Implied volatilities on the Aussie have shot up in the past few days, with one-month volatility near an eight-month high , suggesting investors are expecting mercurial trade ahead.
"We've been seeing some Japanese selling in the kiwi and the Aussie, and we see some profit taking on yen crosses," said Tim Kelleher, head of institutional FX sales at ASB.
Against the yen, the Australian dollar lost 0.4 percent to 99.86, its lowest since May 2. The New Zealand dollar sagged in sympathy, dropping 0.4 percent to 83.07 yen . Against the greenback, it dropped 0.6 percent to $0.8124, its lowest in six months.
Despite its strength against the Antipodean currencies, the yen gave up 0.1 percent against the dollar, which fetched 102.30 yen, not far from Wednesday's 4-1/2-year high of 102.77 yen.

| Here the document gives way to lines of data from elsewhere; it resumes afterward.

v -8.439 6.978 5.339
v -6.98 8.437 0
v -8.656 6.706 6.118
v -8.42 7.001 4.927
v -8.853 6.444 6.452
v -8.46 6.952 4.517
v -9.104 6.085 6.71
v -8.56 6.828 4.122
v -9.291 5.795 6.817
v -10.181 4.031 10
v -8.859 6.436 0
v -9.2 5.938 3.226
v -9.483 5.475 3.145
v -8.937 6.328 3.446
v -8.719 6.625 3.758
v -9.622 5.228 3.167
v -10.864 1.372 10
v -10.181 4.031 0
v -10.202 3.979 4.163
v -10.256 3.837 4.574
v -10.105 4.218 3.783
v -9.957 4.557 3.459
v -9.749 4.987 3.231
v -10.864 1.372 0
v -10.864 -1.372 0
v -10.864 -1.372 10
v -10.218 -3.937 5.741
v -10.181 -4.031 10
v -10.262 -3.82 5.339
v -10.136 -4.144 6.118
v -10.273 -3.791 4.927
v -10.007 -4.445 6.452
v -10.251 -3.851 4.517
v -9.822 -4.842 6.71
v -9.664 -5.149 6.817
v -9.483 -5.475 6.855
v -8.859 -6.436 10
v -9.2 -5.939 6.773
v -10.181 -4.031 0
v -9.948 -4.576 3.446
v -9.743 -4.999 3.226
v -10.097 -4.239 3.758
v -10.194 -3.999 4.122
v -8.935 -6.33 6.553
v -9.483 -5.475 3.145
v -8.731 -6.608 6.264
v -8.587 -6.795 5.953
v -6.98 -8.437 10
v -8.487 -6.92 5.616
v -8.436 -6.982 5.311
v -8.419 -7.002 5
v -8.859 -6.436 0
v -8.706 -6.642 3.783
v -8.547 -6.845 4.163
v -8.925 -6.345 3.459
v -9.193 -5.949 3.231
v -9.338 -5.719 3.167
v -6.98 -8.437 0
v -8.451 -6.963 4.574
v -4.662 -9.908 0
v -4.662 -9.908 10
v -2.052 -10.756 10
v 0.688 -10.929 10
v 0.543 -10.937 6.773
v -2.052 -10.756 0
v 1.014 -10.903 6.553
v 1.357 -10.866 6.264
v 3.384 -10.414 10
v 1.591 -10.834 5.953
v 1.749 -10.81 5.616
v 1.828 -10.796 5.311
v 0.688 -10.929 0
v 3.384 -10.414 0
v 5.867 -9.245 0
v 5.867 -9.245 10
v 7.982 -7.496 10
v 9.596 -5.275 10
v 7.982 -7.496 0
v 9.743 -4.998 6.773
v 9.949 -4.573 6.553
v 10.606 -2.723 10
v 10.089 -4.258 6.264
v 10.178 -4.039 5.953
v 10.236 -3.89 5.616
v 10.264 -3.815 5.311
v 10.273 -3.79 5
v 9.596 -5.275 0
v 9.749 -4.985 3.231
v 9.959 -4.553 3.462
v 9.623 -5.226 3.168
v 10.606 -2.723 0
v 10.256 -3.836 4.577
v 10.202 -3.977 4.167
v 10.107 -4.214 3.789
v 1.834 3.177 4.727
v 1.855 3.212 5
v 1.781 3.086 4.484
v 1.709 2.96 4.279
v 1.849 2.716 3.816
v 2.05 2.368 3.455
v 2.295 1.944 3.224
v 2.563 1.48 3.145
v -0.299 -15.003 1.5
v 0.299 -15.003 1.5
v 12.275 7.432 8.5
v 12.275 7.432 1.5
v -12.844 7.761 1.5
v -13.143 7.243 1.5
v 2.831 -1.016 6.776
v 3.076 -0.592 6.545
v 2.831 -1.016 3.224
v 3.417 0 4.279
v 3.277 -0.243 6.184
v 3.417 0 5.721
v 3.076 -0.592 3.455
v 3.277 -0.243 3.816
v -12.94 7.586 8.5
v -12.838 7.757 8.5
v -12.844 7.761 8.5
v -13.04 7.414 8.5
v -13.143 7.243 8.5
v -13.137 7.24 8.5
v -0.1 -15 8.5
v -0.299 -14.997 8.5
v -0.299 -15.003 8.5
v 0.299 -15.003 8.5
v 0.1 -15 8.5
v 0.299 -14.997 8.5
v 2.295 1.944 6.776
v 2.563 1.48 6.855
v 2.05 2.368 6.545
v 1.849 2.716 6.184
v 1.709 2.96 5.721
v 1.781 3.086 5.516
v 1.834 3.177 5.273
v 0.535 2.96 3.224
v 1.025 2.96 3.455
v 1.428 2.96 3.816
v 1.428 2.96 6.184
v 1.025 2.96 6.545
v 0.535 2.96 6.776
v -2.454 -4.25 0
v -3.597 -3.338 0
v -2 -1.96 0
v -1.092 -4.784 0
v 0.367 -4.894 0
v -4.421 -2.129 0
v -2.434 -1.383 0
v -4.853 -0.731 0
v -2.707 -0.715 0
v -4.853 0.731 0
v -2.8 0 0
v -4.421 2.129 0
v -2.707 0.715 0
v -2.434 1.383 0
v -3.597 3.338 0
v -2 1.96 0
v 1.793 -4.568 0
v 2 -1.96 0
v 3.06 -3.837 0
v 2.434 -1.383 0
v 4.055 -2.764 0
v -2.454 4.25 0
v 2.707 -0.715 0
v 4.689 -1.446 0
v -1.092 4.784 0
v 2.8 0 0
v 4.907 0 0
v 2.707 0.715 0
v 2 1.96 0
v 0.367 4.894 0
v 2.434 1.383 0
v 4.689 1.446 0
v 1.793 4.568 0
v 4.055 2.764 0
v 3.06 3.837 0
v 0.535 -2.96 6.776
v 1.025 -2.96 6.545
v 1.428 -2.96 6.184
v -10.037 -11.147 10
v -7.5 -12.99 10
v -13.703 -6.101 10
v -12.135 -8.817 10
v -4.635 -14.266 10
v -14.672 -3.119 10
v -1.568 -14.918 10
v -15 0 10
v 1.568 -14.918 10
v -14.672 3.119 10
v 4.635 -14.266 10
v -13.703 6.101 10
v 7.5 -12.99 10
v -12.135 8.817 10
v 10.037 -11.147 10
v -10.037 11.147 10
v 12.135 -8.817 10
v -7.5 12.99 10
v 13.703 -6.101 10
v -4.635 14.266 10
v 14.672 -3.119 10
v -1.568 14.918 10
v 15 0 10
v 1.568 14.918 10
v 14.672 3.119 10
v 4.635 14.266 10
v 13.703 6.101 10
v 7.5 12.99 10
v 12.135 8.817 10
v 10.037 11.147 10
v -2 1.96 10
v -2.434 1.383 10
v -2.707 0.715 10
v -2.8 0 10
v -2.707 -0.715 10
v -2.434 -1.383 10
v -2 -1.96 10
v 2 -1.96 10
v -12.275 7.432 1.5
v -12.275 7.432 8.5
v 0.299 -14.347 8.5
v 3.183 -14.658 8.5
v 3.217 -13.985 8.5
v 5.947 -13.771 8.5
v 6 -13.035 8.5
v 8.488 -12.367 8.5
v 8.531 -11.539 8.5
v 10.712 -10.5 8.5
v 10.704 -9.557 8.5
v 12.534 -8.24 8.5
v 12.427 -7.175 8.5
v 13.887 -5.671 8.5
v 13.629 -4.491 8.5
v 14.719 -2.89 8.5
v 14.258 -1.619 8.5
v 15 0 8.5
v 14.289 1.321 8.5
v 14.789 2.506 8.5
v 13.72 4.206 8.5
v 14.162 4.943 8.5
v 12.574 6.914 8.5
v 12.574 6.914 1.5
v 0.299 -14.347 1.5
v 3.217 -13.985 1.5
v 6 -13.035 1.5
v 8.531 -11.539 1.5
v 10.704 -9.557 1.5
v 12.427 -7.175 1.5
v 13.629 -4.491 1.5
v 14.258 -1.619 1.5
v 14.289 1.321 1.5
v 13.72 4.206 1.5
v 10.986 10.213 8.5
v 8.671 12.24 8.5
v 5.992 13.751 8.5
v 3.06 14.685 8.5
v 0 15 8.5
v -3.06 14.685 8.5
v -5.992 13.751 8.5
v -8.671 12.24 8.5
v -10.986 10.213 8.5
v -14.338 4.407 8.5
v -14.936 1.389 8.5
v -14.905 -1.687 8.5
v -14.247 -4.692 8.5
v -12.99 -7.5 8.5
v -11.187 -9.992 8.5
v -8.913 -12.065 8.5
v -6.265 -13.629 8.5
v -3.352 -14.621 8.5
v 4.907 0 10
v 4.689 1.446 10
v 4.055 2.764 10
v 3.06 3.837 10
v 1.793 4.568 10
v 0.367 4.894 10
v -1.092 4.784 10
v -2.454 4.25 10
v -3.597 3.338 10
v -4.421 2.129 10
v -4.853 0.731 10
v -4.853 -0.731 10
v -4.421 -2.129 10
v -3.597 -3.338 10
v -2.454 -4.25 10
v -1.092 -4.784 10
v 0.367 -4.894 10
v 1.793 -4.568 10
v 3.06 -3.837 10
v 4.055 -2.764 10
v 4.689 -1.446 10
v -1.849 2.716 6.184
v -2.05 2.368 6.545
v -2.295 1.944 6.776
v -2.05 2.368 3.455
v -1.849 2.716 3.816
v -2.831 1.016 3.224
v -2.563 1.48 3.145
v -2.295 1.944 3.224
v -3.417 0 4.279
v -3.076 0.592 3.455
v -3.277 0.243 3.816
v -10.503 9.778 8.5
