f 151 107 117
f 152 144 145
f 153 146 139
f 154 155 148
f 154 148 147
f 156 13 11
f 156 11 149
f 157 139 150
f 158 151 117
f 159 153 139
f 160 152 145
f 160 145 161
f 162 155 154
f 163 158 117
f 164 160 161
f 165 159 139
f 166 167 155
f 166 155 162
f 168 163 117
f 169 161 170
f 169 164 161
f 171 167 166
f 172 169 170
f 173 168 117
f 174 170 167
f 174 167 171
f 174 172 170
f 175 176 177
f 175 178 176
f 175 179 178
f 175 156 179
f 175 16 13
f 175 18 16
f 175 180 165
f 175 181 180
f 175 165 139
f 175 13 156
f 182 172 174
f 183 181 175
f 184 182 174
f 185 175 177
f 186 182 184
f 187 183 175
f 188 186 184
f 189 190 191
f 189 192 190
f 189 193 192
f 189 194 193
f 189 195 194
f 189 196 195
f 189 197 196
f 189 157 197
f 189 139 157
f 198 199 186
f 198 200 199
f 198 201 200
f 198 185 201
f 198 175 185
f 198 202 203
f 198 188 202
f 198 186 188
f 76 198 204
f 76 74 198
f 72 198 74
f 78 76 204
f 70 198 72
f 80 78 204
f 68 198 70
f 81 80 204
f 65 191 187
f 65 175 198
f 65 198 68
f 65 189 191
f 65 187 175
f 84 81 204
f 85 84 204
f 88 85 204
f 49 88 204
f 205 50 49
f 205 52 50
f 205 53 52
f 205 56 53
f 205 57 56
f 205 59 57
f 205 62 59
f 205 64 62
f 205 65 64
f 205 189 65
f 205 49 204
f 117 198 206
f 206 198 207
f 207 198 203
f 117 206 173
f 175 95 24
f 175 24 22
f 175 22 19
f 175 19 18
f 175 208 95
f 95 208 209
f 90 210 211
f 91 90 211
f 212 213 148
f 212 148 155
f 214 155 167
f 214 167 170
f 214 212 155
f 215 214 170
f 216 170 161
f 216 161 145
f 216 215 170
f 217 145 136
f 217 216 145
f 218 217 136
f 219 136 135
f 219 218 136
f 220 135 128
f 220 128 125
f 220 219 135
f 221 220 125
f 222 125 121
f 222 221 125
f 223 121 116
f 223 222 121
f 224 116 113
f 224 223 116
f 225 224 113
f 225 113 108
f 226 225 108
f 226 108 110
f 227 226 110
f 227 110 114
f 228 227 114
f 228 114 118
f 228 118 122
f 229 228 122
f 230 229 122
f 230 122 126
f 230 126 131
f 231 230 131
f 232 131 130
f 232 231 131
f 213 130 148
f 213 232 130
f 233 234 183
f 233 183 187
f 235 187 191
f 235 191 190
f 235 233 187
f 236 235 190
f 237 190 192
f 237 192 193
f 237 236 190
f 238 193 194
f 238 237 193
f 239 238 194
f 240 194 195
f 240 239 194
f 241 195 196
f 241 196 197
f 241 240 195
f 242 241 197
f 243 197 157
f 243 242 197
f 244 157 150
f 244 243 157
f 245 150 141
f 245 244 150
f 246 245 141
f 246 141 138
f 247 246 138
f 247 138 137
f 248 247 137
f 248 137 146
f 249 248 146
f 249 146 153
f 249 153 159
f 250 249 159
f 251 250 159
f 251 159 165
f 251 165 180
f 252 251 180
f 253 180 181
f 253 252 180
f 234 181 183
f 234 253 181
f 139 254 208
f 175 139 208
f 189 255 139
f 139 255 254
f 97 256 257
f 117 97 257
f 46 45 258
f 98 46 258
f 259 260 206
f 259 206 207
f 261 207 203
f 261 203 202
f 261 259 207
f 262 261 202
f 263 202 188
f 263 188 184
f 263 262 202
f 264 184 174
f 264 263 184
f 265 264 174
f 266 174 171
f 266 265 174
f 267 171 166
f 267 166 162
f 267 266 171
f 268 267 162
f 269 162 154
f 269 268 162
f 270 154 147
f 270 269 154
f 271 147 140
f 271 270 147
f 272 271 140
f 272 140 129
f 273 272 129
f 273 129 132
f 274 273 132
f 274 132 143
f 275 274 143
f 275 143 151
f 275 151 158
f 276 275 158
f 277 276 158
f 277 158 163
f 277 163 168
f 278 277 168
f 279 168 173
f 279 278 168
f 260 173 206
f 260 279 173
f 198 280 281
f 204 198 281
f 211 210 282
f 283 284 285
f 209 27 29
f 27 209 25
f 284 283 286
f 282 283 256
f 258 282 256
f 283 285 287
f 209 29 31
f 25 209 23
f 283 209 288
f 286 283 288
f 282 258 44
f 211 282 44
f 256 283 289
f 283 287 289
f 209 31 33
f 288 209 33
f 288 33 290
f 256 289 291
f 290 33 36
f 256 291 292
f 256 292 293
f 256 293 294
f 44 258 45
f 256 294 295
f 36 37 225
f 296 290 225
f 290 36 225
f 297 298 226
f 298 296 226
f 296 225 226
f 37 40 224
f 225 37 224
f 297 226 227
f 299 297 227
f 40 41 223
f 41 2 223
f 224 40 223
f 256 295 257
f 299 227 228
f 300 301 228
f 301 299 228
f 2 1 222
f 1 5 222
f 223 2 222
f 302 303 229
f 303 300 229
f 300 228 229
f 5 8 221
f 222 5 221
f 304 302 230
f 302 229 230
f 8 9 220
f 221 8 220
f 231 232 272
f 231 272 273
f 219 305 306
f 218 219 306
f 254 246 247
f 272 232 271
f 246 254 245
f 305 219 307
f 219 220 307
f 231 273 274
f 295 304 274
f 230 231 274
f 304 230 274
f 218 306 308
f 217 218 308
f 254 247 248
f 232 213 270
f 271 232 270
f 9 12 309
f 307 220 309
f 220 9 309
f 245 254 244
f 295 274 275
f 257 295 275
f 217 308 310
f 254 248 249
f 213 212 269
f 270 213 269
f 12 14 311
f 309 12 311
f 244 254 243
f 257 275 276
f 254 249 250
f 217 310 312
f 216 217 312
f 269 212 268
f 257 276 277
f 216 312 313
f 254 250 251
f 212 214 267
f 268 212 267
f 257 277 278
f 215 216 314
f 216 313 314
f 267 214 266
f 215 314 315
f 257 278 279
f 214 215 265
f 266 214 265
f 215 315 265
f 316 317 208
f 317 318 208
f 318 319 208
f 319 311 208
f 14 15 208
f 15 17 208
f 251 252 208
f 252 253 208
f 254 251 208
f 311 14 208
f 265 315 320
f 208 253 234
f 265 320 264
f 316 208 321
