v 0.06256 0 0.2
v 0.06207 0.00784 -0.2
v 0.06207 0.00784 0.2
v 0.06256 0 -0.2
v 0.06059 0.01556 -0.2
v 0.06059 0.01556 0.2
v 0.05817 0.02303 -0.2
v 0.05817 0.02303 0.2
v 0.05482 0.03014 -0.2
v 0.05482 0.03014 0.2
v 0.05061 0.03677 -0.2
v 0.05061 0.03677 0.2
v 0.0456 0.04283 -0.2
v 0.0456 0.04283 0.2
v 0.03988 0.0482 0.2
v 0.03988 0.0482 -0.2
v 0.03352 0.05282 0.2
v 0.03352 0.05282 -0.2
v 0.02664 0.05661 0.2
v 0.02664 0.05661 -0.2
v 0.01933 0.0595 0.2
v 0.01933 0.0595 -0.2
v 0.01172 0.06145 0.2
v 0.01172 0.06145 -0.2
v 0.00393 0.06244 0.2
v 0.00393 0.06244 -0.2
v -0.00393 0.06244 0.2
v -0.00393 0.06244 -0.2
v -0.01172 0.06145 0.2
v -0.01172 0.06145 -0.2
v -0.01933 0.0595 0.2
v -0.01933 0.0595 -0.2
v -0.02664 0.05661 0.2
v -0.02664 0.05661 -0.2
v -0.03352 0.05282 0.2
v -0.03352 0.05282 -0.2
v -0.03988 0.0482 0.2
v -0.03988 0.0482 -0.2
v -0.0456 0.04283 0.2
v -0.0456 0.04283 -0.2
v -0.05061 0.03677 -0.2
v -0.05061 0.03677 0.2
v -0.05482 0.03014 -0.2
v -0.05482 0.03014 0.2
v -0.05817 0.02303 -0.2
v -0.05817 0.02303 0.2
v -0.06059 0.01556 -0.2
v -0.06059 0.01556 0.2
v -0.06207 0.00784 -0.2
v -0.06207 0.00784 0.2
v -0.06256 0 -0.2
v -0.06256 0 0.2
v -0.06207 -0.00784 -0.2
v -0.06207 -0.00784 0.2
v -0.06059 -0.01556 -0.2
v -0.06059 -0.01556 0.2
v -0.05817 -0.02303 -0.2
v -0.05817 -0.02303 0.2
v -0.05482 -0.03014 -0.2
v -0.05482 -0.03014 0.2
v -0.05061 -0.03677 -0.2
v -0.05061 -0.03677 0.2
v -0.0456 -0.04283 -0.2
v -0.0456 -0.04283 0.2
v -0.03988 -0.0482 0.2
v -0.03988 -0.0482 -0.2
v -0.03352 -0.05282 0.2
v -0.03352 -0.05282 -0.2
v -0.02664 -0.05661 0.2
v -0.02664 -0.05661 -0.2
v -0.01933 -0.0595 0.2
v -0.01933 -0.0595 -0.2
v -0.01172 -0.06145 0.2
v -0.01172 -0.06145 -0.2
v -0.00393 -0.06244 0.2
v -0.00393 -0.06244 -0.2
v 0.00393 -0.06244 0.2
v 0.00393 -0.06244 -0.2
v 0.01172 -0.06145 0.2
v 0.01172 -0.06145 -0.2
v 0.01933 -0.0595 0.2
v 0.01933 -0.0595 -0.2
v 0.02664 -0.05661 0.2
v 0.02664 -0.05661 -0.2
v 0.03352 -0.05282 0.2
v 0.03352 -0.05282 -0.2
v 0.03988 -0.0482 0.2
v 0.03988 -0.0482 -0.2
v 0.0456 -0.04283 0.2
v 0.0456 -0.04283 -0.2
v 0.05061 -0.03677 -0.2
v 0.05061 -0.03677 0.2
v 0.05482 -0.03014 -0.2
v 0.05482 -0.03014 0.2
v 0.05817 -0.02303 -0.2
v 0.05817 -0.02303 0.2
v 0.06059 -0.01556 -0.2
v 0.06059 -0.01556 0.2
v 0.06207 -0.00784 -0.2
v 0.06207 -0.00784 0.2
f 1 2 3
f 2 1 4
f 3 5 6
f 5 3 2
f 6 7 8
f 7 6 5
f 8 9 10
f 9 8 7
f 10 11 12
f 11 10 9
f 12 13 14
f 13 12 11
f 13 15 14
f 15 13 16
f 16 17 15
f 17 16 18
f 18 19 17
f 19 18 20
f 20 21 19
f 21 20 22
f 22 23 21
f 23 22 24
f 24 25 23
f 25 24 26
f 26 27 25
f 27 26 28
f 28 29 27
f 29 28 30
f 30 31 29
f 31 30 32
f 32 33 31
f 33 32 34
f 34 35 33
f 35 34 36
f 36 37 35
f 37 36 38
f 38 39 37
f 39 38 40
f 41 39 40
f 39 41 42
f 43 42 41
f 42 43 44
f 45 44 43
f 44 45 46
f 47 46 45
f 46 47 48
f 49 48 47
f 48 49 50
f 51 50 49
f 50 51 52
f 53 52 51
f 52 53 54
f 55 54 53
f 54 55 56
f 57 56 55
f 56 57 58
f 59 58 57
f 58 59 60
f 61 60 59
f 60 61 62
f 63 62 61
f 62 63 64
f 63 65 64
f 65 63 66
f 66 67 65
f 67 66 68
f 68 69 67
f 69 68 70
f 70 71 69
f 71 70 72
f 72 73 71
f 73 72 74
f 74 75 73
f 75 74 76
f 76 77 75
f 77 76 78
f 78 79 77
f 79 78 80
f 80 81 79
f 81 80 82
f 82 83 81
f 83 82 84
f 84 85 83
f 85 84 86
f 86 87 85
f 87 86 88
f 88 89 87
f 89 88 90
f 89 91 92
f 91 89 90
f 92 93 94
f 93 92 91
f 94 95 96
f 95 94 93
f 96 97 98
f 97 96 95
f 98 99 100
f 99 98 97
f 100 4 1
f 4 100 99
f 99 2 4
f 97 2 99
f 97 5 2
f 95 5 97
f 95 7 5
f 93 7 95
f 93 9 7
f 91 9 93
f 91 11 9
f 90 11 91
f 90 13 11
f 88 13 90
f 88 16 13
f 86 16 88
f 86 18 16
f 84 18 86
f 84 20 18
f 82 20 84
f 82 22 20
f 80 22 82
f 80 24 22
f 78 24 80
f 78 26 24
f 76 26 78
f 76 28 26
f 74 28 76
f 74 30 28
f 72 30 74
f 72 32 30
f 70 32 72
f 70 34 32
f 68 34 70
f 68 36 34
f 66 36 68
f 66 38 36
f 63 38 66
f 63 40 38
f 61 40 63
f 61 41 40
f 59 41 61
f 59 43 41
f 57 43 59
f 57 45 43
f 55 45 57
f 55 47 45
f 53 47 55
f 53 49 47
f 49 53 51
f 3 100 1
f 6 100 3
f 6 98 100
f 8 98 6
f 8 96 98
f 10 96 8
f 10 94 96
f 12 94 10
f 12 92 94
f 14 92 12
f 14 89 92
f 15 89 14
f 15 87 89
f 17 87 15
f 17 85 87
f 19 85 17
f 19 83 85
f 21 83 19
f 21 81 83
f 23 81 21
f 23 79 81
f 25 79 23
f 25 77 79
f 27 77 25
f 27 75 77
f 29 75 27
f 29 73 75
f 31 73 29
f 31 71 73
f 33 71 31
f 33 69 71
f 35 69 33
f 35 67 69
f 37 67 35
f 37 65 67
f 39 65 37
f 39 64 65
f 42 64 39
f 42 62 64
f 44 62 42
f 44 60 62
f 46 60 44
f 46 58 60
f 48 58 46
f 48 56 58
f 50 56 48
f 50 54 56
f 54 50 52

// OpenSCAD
FN0 = 50;
cylinder(h = 0.4, r1 = 0.06256, r2 = 0.06256, center = true,$fn=FN0);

Patchy U.S. data is still blunting the dollar's gains, with Thursday a case in point. Factory activity in the U.S. mid-Atlantic region contracted in May as new orders fell to their lowest level in almost a year, while new claims for jobless benefits spiked.
The next block of resistance lies around 103 yen, analysts say.
"Exporters now have a lot of stops around 103, so although it's close it actually seems quite far away," said Kenichi Asada, manager of FX at Trust & Custody Services Bank.
"But like the 100 level, which a lot of people said it wouldn't reach due to the stops around 99.5, it might break through- possibly if there is something more concrete about the end of QE in the FOMC minutes released next week."
A resurgent dollar pushed the euro near a six-week low.
The common currency stood at $1.2865, near a six-week low of $1.2843 touched on Wednesday.